> Records shown
^^^^^^^^
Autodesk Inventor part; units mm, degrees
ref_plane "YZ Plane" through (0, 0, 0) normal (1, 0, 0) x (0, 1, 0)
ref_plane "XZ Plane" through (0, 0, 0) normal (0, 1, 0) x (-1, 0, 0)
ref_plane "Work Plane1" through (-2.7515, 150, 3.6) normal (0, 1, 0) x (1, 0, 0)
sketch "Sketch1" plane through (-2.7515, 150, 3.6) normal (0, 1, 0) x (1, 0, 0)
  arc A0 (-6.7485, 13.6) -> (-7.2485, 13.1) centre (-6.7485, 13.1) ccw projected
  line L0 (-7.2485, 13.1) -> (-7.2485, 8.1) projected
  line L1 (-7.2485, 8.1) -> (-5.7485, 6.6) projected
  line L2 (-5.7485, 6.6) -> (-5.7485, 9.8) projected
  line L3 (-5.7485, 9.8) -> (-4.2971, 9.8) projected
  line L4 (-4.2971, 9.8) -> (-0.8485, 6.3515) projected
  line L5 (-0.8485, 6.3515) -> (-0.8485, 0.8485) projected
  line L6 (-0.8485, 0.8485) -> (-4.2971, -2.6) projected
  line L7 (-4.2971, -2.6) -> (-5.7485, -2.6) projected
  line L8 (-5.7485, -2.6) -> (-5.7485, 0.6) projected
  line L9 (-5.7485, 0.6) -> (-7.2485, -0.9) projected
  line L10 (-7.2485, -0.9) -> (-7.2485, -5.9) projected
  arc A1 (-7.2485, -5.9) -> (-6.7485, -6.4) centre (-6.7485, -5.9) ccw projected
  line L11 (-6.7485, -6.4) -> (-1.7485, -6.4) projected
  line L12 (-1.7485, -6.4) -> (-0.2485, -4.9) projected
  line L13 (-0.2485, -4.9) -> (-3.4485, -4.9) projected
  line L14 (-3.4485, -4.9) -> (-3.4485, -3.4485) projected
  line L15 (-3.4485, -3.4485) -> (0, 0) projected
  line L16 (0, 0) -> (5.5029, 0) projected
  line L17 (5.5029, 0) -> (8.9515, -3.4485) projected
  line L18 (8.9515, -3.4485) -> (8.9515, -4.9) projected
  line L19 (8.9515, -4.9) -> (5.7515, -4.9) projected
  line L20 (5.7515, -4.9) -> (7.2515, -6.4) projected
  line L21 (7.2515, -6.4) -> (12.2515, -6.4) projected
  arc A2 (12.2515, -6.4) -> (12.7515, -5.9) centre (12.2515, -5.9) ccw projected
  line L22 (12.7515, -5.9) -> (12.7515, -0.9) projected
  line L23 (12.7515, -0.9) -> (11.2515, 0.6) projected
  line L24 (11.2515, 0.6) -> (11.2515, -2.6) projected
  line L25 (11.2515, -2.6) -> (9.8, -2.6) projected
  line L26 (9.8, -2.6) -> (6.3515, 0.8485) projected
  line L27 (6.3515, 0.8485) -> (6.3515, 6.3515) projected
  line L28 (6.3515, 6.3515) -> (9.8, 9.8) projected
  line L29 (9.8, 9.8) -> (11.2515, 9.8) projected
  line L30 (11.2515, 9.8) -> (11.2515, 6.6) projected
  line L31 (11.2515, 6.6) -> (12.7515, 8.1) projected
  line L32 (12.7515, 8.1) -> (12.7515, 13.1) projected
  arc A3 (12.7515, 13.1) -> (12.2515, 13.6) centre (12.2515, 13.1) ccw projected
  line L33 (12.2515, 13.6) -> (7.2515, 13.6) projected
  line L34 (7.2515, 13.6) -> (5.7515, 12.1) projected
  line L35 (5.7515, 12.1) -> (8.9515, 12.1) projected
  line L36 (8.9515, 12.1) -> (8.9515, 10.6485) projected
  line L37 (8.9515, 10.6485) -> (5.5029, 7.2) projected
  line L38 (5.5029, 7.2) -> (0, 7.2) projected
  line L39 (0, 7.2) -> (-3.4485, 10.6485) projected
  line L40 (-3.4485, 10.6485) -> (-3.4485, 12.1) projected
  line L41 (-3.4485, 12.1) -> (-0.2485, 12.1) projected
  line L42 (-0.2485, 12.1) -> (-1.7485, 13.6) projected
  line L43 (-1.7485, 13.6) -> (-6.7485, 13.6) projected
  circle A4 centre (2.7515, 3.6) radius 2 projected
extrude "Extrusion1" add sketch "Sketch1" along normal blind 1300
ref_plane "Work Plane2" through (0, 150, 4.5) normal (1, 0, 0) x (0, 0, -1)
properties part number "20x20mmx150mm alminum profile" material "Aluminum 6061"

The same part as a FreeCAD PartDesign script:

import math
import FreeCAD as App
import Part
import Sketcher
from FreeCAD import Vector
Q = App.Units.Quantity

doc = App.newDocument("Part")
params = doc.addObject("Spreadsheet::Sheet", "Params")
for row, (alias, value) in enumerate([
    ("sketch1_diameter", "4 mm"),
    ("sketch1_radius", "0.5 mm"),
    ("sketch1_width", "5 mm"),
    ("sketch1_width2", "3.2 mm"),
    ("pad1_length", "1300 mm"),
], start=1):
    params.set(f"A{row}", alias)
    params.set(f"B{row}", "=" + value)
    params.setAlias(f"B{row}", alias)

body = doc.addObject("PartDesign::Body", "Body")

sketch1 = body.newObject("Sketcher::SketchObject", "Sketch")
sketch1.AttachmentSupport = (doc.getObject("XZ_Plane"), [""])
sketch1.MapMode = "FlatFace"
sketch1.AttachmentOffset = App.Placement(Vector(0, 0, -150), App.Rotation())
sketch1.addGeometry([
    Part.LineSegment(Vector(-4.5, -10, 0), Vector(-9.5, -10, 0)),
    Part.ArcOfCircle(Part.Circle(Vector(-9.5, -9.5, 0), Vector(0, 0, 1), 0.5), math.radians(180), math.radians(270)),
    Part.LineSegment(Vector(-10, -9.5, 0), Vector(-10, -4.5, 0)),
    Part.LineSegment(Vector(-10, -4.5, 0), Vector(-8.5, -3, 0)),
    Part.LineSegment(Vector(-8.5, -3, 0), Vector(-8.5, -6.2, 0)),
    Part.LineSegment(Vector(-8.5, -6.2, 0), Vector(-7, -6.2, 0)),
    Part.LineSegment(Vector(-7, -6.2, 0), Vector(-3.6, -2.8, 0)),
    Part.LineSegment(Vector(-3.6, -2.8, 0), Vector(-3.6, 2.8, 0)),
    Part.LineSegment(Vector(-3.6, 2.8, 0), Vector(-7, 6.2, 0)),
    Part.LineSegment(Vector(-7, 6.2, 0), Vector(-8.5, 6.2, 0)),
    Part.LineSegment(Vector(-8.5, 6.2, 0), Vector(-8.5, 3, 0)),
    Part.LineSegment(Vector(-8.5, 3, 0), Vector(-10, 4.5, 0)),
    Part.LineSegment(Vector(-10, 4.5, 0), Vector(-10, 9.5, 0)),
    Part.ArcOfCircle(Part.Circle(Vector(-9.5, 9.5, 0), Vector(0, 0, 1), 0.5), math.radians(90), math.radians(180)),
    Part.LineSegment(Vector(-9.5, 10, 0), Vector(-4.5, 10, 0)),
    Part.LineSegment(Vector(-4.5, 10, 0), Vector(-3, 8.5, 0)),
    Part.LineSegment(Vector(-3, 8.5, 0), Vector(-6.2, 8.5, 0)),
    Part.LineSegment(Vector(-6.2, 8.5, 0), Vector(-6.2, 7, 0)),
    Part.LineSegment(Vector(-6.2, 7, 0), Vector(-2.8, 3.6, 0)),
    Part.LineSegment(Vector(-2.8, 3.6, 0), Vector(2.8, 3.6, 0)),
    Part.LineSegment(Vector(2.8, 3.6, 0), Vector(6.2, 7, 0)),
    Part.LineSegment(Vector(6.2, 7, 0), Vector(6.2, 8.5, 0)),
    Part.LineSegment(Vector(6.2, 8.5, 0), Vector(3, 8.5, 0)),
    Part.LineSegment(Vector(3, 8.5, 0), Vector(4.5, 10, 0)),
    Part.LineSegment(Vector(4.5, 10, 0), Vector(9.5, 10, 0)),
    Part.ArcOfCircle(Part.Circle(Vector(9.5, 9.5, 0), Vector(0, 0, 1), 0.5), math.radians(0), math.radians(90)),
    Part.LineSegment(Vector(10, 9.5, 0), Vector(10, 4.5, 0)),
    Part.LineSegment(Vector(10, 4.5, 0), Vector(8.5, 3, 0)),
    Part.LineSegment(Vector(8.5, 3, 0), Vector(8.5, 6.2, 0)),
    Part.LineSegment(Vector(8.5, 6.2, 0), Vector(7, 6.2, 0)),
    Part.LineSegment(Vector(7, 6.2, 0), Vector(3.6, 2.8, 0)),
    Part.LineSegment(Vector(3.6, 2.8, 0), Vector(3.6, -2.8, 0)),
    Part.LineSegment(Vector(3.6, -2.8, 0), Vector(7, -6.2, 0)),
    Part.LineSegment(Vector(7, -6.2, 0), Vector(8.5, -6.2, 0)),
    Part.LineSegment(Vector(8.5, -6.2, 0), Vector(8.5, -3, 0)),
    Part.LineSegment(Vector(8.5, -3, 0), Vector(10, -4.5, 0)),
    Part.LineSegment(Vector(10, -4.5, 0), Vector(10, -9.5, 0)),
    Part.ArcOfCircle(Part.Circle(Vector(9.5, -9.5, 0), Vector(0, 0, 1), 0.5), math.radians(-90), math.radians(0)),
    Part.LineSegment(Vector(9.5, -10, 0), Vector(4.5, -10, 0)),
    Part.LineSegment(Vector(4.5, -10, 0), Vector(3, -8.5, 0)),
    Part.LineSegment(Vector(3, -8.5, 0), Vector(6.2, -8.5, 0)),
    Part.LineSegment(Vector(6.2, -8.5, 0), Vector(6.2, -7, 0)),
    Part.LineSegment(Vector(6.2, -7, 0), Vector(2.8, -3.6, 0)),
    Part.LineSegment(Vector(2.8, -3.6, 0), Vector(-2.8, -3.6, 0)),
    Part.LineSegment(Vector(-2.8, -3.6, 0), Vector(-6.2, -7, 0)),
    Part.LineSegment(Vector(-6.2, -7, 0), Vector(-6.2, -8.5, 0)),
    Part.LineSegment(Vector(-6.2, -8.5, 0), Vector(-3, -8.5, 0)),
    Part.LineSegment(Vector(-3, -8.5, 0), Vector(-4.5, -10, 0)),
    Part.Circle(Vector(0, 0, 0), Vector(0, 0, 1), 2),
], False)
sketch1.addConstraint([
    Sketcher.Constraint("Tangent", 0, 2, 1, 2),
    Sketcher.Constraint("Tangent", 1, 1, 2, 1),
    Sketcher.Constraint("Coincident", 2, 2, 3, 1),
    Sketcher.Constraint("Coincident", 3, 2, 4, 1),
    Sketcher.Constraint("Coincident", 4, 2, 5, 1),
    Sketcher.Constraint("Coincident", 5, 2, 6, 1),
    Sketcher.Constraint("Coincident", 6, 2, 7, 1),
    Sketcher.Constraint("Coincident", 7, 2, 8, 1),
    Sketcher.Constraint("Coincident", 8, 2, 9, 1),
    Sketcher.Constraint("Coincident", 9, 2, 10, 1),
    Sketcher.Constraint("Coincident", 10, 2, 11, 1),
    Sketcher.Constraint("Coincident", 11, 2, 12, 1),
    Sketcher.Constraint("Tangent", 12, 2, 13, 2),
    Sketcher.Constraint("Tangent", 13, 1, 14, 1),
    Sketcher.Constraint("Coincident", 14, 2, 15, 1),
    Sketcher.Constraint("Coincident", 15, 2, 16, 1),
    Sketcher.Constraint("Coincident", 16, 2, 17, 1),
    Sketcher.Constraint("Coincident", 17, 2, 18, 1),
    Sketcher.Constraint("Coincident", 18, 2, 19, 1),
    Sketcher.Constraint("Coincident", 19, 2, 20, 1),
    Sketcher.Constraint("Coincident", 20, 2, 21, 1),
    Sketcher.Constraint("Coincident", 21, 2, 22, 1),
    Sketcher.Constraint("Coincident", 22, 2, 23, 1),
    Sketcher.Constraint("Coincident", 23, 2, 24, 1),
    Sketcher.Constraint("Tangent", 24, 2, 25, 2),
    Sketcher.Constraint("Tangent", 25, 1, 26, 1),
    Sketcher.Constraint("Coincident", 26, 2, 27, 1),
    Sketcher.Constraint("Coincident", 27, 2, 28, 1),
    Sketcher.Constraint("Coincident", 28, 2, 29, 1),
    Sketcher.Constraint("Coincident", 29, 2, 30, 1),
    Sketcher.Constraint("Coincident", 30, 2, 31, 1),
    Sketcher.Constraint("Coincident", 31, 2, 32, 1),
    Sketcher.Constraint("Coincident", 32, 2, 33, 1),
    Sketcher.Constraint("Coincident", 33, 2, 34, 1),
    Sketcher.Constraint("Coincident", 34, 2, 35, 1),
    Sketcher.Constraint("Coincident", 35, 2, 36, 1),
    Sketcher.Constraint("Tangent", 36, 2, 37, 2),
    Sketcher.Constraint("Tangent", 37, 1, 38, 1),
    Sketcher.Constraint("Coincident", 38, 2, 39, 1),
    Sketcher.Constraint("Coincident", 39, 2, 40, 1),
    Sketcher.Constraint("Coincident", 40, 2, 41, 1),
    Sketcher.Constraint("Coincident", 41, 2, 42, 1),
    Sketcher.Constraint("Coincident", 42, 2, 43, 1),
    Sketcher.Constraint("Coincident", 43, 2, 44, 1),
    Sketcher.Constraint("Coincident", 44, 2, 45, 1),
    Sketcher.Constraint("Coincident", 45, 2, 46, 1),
^^^^^^^^
> What to do
From the listing above, return the lines starting at the one with "line L17 (5.5029, 0)" and ending at the one with "line L23 (12.7515, -0.9)", both kept, exactly as they appear and nothing more.

> Response to the exercise
  line L17 (5.5029, 0) -> (8.9515, -3.4485) projected
  line L18 (8.9515, -3.4485) -> (8.9515, -4.9) projected
  line L19 (8.9515, -4.9) -> (5.7515, -4.9) projected
  line L20 (5.7515, -4.9) -> (7.2515, -6.4) projected
  line L21 (7.2515, -6.4) -> (12.2515, -6.4) projected
  arc A2 (12.2515, -6.4) -> (12.7515, -5.9) centre (12.2515, -5.9) ccw projected
  line L22 (12.7515, -5.9) -> (12.7515, -0.9) projected
  line L23 (12.7515, -0.9) -> (11.2515, 0.6) projected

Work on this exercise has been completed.